Review Article | Open Access
Kiran Dobhal1 , Pallavi Ghildiyal1, A.N.M. Ansori2 and Vikash Jakhmola1
1Uttaranchal Institute of Pharmaceutical Sciences, Uttaranchal University-Dehradun, Arcadia Grant, P.O. Chandanwari, Premnagar, Uttarakhand, India.
2Professor Nidom Foundation, Surabaya, Indonesia.
Article Number: 8255 | © The Author(s). 2022
J Pure Appl Microbiol. 2022;16(suppl 1):3013-3024.
Received: 21 November 2022 | Accepted: 20 December 2022 | Published online: 27 December 2022
Issue online: 30 December 2022

A new strain of the old pandemic, Monkeypox (MPX), has emerged with a more complicated clinical appearance. It is a source of relief that the fatality rate in the new monkeypox is lower, but communicability is higher.

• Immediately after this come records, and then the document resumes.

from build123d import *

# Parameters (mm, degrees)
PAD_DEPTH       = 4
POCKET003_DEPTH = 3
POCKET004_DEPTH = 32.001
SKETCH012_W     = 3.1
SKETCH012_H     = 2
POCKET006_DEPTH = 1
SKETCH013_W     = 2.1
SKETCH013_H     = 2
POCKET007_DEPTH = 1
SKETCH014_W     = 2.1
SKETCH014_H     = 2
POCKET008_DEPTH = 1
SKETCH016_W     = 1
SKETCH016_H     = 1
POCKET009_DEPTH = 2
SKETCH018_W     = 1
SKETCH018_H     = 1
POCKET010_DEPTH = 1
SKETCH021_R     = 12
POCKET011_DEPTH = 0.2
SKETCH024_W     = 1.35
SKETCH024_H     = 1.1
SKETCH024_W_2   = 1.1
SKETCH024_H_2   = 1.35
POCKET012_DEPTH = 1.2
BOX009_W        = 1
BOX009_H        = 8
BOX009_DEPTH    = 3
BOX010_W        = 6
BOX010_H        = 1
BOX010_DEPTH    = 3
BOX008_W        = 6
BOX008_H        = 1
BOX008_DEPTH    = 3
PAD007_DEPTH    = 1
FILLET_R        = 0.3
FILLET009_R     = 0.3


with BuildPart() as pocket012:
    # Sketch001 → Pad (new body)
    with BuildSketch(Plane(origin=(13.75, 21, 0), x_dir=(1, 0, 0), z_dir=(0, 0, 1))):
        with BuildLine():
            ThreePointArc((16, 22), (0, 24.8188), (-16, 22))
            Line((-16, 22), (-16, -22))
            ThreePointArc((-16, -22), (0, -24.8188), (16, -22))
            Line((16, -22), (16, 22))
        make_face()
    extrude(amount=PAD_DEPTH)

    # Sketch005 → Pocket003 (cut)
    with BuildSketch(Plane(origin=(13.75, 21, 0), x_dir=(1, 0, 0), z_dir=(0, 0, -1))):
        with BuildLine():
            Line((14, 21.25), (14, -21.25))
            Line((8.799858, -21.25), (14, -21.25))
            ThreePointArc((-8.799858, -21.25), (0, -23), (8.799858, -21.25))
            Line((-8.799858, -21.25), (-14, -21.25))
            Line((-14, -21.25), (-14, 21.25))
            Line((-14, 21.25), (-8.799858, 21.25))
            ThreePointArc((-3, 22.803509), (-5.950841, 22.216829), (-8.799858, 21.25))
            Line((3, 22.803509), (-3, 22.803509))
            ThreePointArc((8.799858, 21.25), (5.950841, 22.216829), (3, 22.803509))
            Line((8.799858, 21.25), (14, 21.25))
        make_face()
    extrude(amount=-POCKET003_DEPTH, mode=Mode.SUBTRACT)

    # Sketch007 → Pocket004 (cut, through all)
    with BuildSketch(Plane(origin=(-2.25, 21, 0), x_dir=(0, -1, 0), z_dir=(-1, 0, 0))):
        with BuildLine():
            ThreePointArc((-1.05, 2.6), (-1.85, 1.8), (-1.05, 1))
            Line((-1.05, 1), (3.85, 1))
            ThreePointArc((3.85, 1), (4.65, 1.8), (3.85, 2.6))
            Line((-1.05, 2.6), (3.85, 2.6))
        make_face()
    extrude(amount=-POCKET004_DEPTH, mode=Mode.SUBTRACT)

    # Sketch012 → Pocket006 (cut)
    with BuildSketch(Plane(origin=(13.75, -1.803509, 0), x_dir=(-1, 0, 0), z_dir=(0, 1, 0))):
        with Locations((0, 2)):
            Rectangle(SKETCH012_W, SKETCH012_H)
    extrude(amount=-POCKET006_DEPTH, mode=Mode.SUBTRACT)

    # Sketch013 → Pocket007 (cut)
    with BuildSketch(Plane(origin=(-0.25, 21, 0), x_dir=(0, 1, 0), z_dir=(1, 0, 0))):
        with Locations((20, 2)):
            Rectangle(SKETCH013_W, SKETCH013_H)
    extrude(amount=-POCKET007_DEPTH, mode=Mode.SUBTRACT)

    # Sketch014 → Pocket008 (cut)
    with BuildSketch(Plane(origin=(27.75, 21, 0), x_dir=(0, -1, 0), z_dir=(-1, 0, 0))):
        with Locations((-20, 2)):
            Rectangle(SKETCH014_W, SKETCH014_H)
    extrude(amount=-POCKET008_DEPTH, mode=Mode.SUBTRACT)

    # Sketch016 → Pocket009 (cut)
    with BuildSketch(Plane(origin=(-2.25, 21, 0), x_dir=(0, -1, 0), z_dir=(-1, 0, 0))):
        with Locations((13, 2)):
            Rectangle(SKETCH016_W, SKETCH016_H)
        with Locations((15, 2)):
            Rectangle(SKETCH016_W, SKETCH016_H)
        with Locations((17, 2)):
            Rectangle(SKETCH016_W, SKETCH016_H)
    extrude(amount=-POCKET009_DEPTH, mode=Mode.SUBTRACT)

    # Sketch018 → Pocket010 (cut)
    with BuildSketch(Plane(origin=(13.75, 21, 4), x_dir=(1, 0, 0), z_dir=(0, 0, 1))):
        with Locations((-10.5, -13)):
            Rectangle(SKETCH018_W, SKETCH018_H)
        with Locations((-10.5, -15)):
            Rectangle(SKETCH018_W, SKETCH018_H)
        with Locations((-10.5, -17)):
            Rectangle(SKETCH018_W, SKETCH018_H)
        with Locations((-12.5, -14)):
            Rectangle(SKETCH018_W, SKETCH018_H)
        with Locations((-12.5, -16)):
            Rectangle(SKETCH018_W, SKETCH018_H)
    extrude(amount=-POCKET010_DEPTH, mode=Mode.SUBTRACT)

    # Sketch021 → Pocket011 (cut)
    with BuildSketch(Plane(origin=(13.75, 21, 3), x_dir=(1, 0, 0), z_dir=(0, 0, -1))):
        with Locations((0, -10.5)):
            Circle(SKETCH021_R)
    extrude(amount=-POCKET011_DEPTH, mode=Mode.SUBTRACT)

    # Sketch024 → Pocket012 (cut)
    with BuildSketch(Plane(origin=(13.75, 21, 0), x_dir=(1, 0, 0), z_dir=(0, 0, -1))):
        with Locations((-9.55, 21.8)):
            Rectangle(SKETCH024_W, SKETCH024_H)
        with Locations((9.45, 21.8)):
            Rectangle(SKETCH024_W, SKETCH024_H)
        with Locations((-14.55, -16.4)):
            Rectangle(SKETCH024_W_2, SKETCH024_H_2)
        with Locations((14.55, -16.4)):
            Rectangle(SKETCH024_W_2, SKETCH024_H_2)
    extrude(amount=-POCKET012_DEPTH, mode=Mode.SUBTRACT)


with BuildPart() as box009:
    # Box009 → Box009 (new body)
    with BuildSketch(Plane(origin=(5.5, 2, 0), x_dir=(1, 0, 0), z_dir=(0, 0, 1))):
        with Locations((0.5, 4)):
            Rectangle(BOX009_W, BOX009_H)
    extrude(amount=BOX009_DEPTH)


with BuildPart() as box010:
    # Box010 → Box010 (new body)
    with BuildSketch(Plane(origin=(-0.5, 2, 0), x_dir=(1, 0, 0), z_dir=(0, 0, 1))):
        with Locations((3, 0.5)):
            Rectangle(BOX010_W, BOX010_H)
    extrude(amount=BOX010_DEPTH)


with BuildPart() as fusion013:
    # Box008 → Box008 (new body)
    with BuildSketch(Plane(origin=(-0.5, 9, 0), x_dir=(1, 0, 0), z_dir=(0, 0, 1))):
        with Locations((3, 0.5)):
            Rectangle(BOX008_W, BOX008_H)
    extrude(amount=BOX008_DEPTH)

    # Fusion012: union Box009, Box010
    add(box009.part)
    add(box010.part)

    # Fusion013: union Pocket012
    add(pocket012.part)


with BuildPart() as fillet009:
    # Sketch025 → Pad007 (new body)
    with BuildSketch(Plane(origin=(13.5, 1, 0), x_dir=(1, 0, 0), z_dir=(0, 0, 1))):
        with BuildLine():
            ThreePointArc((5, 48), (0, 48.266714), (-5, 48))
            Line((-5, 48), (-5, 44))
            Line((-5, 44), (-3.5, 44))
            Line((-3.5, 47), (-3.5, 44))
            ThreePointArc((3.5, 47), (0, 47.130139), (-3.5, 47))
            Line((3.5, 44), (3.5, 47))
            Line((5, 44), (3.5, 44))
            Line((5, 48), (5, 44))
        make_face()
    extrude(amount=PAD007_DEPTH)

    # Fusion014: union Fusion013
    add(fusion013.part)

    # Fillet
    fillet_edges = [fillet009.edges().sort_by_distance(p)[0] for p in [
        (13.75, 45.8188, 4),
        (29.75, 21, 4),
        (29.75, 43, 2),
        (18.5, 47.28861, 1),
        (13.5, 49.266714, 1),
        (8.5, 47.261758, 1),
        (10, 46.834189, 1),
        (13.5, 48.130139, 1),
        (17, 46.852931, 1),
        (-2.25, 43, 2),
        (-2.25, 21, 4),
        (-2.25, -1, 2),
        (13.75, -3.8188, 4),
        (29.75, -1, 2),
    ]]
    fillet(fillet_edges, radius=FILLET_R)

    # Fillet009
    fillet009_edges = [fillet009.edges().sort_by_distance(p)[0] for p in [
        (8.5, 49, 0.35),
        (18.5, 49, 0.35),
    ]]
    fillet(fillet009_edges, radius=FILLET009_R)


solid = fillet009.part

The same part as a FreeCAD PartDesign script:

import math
import FreeCAD as App
import Part
import Sketcher

V = App.Vector
Q = App.Units.Quantity


def edges_at(feature, points):
    """Names of the edges that pass closest to the given points."""
    edges = feature.Shape.Edges
    near = lambda p: min(range(len(edges)), key=lambda i: edges[i].distToShape(Part.Vertex(*p))[0])
    return sorted({f"Edge{near(p) + 1}" for p in points})


def add_polygon(sketch, points):
    """Adds a closed chain of lines whose ends are joined by coincident constraints."""
    first, n = sketch.GeometryCount, len(points)
    for a, b in zip(points, points[1:] + points[:1]):
        sketch.addGeometry(Part.LineSegment(App.Vector(*a, 0), App.Vector(*b, 0)), False)
    for i in range(n):
        sketch.addConstraint(Sketcher.Constraint("Coincident", first + i, 2, first + (i + 1) % n, 1))

doc = App.newDocument("Part")
body = doc.addObject("PartDesign::Body", "Body")

# Sketch on XY plane
sketch1 = body.newObject("Sketcher::SketchObject", "Sketch")
sketch1.AttachmentSupport = (doc.getObject("XY_Plane"), [""])
sketch1.MapMode = "FlatFace"
sketch1.addGeometry([
    Part.ArcOfCircle(Part.Circle(V(13.75, -0.999994, 0), V(0, 0, 1), 46.818794), math.radians(70.016891), math.radians(109.983109)),
    Part.LineSegment(V(-2.25, 43, 0), V(-2.25, -1, 0)),
    Part.ArcOfCircle(Part.Circle(V(13.75, 42.999994, 0), V(0, 0, 1), 46.818794), math.radians(-109.983109), math.radians(-70.016891)),
    Part.LineSegment(V(29.75, -1, 0), V(29.75, 43, 0)),
], False)
sketch1.addConstraint([
    Sketcher.Constraint("Coincident", 0, 2, 1, 1),
    Sketcher.Constraint("Coincident", 1, 2, 2, 1),
    Sketcher.Constraint("Coincident", 2, 2, 3, 1),
    Sketcher.Constraint("Coincident", 3, 2, 0, 1),
    Sketcher.Constraint("Vertical", 1),
    Sketcher.Constraint("Vertical", 3),
    Sketcher.Constraint("Equal", 0, 2),
    Sketcher.Constraint("Horizontal", 1, 2, 2, 2),
    Sketcher.Constraint("Horizontal", 0, 2, 3, 2),
    Sketcher.Constraint("DistanceY", 1, 2, 1, 1, Q("44 mm")),
    Sketcher.Constraint("DistanceY", -1, 1, 0, 2, Q("43 mm")),
    Sketcher.Constraint("DistanceX", 0, 2, 2, 3, Q("16 mm")),
    Sketcher.Constraint("DistanceX", -1, 1, 0, 3, Q("13.75 mm")),
    Sketcher.Constraint("Radius", 0, Q("46.818794 mm")),
])
pad1 = body.newObject("PartDesign::Pad", "Pad")
pad1.Profile = sketch1
pad1.Length = 4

This infection’s diagnosis and therapy are still challenging and unknown. Researchers are reporting increased human-to-human transmission in the modified version of MPX. There have been several reports of the updated version of monkeypox in the European and American areas. Brazil, Colombia, France, Spain, Germany, Peru, the United Kingdom, and the United States of America have recorded over three thousand new cases of monkeypox through October 2022. Few antiviral medicines and vaccines are available on the market, making treatment of this condition difficult. MPX was previously declared an epidemic disease, but ignorance about it can bring devastation in the shape of the next pandemic-like COVID-19. This review aims to assess the virology, transmission, diagnosis, and therapy of MPX.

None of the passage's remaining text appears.